Scientific classification
- Kingdom: Animalia
- Phylum: Arthropoda
- Clade: Pancrustacea
- Class: Insecta
- Order: Lepidoptera
- Family: Nymphalidae
- Genus: Erebia
- Species: E. epistygne
- Binomial name: Erebia epistygne (Hübner, 1824)

= Erebia epistygne =

- Authority: (Hübner, 1824)
- Conservation status: NT

Species of butterfly

Erebia epistygne, the spring ringlet, is a species of butterfly in the family Nymphalidae. It is found in France and Spain. Its natural habitat is temperate grassland.

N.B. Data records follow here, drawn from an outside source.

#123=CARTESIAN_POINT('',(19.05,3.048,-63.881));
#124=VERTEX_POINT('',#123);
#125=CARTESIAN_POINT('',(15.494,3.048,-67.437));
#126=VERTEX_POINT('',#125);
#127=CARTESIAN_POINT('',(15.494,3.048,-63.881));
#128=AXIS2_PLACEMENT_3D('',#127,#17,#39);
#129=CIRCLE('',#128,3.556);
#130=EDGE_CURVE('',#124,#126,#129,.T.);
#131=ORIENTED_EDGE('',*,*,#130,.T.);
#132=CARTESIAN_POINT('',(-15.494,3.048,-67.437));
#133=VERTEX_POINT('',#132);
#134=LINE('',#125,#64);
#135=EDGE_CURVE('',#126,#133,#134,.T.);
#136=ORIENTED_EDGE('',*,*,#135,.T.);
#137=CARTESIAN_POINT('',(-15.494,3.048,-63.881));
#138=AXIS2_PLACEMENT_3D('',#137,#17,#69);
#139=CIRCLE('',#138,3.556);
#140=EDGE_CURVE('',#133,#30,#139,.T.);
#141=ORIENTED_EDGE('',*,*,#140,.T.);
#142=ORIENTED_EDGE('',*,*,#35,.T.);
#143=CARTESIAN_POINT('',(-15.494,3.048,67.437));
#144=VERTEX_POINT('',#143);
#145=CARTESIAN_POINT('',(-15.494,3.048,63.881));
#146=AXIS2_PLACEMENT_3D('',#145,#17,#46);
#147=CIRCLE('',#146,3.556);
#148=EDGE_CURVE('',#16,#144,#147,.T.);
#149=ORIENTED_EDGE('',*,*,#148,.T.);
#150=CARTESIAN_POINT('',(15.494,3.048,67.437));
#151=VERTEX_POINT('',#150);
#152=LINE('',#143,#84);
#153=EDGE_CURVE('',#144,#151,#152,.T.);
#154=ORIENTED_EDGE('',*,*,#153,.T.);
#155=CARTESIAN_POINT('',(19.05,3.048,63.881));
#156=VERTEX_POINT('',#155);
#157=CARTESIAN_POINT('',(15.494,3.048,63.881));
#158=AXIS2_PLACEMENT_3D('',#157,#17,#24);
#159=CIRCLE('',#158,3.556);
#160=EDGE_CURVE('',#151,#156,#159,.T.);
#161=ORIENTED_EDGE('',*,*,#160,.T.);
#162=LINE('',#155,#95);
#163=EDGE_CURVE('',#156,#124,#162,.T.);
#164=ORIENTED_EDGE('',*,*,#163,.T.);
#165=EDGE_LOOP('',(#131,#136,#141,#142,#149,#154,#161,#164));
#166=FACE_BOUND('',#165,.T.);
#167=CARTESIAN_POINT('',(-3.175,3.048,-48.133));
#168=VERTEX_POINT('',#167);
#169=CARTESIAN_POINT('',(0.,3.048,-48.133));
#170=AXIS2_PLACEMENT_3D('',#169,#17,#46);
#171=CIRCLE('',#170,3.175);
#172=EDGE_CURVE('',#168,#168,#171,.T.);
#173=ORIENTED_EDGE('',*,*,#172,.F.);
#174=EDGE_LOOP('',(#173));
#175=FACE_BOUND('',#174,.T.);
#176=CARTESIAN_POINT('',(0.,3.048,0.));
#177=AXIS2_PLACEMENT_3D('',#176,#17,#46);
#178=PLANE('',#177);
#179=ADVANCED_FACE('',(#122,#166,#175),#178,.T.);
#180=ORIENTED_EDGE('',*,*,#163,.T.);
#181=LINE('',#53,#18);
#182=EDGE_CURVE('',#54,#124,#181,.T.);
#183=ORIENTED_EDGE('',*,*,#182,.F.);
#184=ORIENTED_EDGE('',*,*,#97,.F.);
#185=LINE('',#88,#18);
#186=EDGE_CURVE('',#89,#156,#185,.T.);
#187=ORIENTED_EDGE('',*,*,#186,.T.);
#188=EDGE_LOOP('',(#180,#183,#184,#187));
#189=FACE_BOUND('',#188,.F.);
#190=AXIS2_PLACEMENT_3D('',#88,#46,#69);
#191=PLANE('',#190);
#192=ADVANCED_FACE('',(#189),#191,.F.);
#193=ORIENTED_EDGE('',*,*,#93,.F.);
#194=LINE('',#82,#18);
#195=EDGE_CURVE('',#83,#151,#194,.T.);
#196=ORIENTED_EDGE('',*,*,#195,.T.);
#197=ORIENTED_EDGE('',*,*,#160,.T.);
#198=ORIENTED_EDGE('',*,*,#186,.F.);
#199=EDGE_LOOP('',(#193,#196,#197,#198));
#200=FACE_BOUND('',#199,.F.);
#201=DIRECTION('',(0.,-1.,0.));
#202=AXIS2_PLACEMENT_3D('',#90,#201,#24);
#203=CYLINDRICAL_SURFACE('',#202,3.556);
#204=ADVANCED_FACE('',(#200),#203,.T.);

The length of the forewings is 22–25 mm. Wheeler (1903) gives a short description.

==Description in Seitz==
E epistygne Hbn. = stygne Hbn.) (37c). Above coffee-brown, costal margin dusted with grey;
the forewing has usually a diffuse yellow spot in the cell and a broad, posteriorly narrowing, light ochreous, submarginal band which is distinctly divided by the veins. There as 5-6 white-centred black ocelli in the band 3 near the apex being larger and united and 3 placed further back smaller and having minute white pupils. The submarginal band of the hindwing consists of 4-5 oval russet-red spots, each bearing a small white-centred ocellus. The forewing beneath russet-red, the distal band somewhat lighter and traversed by the brown veins; costal and distal margins and the apex grey with brownish atoms. The hindwing grey-brown beneath, dusted with grey and dark brown, the middle band is darker than the basal and distal areas and distally crenate, the ocelli being represented in the latter by black dots. The female is not essentially different from the male on the upperside, the ground-colour is somewhat lighter, the spots of the distal band of the hindwing are not russet-red, but more reddish yellow, the ocelli situated in the same having larger and brighter pupils. The underside of the hindwing white-grey, dusted with brown, the middle band strongly prominent, being distally edged with white, the veins traversing the same white-grey. Specimens from South Spain are essentially brighter in markings, the submarginal band of the forewing is broader and extends with almost even width to the hindmargin, not being ochreous but light whitish yellow; otherwise the markings are not different. - The butterfly occurs from the beginning of March to the end of April in South France, the Basses Alpes, and in Central and South Spain.

Adults are on wing from March to May.

Its larval host plant is the grass Festuca ovina (Poaceae). Although it has also been reported from other Festuca and Poa species.

The species is vulnerable because of severe habitat loss.